**Task details**: Give again the entries below exactly, beginning at the first line and ending at the line with "#5=PRODUCT_DEFINITION_CONTEXT('',#1,'design');".

**Collected data entries**:
▼

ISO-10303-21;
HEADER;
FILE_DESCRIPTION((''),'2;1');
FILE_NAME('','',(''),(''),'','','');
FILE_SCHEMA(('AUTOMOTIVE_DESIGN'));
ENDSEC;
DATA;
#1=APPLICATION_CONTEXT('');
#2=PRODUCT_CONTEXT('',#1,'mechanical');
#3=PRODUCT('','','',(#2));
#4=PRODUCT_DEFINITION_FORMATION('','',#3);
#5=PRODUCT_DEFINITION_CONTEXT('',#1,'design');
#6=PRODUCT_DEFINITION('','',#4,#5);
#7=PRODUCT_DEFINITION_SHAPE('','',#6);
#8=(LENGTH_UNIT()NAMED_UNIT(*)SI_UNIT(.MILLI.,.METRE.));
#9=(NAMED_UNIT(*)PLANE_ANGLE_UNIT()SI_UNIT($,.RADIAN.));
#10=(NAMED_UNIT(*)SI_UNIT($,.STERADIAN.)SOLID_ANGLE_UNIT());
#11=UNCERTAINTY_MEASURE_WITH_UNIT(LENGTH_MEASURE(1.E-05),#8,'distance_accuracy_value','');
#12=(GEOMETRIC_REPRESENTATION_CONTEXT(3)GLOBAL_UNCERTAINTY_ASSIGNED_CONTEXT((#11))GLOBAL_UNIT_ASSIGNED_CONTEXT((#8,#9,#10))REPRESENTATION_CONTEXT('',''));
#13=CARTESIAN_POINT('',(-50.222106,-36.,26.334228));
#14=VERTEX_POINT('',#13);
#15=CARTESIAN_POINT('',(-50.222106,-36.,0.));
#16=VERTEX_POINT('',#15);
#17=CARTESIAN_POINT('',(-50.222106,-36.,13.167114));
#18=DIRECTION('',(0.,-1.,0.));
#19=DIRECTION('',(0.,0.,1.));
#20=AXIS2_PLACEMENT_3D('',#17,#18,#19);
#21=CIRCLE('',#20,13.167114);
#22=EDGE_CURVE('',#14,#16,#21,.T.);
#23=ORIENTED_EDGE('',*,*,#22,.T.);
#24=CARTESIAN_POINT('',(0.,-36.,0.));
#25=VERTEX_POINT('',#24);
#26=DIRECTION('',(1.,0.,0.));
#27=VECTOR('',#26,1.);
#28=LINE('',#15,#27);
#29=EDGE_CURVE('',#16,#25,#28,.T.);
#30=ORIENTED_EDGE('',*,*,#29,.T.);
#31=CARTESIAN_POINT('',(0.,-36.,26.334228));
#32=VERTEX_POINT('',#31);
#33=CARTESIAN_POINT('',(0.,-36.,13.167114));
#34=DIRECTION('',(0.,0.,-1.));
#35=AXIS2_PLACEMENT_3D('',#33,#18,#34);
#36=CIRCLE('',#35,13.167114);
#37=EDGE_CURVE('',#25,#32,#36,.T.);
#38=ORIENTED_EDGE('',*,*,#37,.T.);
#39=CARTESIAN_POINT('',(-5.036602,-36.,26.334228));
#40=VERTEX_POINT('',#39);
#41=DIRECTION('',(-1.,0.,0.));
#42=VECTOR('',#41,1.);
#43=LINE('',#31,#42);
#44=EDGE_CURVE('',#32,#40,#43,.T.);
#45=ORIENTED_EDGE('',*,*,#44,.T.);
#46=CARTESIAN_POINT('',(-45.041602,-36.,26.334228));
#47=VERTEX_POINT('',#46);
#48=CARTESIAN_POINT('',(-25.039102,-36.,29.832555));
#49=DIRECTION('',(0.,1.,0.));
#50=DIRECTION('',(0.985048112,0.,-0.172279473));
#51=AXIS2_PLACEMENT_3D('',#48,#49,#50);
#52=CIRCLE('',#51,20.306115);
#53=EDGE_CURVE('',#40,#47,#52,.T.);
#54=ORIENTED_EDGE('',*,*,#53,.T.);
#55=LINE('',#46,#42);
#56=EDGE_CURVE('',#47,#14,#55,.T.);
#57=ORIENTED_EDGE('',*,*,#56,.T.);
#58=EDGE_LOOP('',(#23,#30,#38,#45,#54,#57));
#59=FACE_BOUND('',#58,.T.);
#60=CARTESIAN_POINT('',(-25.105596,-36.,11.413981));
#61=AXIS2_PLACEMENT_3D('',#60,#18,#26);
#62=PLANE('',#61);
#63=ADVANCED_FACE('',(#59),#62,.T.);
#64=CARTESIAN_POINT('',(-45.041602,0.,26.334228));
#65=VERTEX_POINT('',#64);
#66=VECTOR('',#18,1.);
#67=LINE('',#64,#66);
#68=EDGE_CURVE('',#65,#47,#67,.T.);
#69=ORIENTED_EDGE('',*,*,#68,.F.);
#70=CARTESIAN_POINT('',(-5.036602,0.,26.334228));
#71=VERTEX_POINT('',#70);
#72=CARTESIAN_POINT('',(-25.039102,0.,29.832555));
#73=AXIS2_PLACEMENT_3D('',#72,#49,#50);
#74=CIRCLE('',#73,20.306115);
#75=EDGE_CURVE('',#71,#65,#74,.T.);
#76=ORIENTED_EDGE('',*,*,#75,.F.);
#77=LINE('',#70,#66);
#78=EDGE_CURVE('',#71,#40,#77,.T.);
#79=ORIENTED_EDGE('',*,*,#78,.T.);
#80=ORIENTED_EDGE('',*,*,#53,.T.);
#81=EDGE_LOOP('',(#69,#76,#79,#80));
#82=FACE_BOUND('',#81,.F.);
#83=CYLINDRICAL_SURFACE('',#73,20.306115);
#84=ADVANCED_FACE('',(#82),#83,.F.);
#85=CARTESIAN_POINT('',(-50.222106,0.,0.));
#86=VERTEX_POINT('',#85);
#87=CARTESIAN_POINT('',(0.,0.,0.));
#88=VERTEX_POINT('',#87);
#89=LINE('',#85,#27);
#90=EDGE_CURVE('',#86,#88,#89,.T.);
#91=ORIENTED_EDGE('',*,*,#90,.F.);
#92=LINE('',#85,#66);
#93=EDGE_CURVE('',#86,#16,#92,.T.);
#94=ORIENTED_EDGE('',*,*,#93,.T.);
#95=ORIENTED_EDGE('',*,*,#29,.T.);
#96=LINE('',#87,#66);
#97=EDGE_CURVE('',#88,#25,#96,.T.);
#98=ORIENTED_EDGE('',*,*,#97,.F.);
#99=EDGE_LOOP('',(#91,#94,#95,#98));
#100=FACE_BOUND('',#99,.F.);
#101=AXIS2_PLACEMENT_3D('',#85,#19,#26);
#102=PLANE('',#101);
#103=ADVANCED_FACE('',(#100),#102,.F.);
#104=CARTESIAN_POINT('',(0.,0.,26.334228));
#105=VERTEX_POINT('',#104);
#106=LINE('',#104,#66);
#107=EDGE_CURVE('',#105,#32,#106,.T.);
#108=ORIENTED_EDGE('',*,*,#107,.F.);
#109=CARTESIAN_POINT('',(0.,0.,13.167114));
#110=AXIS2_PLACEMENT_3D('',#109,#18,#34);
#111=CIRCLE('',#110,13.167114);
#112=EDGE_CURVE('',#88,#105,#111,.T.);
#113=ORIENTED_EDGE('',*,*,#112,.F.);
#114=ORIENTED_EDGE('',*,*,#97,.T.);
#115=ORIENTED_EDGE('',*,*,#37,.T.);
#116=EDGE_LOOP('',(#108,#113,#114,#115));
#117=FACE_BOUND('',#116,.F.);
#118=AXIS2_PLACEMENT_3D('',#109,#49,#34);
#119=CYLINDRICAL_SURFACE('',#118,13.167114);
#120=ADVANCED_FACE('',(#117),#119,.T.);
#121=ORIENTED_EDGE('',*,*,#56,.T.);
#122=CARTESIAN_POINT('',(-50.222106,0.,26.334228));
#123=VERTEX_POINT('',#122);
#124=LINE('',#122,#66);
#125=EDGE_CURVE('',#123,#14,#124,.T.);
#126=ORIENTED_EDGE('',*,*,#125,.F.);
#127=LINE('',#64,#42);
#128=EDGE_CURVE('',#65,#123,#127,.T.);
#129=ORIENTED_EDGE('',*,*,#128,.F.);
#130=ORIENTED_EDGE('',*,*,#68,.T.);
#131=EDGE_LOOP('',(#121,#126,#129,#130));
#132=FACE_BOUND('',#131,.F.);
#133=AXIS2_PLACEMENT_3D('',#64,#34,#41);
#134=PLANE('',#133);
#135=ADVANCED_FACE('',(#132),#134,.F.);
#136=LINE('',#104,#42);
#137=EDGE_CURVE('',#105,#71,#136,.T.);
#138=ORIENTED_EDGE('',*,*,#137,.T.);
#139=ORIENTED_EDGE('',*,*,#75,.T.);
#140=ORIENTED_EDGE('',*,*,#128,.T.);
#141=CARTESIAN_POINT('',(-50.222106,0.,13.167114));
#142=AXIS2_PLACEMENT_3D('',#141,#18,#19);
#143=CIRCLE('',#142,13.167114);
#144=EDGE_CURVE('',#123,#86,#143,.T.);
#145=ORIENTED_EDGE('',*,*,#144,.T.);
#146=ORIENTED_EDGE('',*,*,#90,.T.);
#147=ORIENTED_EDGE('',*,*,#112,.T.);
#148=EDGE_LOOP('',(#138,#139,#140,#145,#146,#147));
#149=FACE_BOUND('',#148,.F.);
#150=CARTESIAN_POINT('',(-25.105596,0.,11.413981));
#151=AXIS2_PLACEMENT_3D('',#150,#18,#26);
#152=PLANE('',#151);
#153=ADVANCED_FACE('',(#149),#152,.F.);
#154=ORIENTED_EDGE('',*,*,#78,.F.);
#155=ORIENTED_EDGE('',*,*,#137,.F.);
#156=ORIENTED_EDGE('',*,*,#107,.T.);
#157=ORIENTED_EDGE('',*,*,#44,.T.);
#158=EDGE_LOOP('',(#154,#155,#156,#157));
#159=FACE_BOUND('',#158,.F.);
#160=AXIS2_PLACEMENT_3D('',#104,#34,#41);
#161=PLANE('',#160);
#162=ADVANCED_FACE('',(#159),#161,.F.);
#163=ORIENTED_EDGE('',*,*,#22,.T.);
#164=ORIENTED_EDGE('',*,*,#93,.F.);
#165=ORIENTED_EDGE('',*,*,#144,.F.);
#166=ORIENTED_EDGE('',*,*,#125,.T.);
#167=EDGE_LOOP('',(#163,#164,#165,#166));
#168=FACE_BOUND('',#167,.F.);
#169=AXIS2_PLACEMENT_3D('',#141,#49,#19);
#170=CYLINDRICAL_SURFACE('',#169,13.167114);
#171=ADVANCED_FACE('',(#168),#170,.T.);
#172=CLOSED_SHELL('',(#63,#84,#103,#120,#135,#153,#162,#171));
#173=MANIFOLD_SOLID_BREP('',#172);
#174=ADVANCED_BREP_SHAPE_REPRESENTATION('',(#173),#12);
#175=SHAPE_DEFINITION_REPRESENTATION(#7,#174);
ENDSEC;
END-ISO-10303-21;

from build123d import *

# Parameters (mm, degrees)
F1_DEPTH = 36


with BuildPart() as f1:
    # F0 (on Front) → F1 (new body)
    with BuildSketch(Plane.XZ):
        with BuildLine():
            Line((-50.222106, 0), (0, 0))
            ThreePointArc((0, 0), (13.167114, 13.167114), (0, 26.334228))
            Line((0, 26.334228), (-5.036602, 26.334228))
            ThreePointArc((-5.036602, 26.334228), (-25.039102, 9.52644), (-45.041602, 26.334228))
            Line((-45.041602, 26.334228), (-50.222106, 26.334228))
            ThreePointArc((-50.222106, 26.334228), (-63.38922, 13.167114), (-50.222106, 0))
        make_face()
    extrude(amount=F1_DEPTH)


solid = f1.part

▲

**Solution to this task**:
ISO-10303-21;
HEADER;
FILE_DESCRIPTION((''),'2;1');
FILE_NAME('','',(''),(''),'','','');
FILE_SCHEMA(('AUTOMOTIVE_DESIGN'));
ENDSEC;
DATA;
#1=APPLICATION_CONTEXT('');
#2=PRODUCT_CONTEXT('',#1,'mechanical');
#3=PRODUCT('','','',(#2));
#4=PRODUCT_DEFINITION_FORMATION('','',#3);
#5=PRODUCT_DEFINITION_CONTEXT('',#1,'design');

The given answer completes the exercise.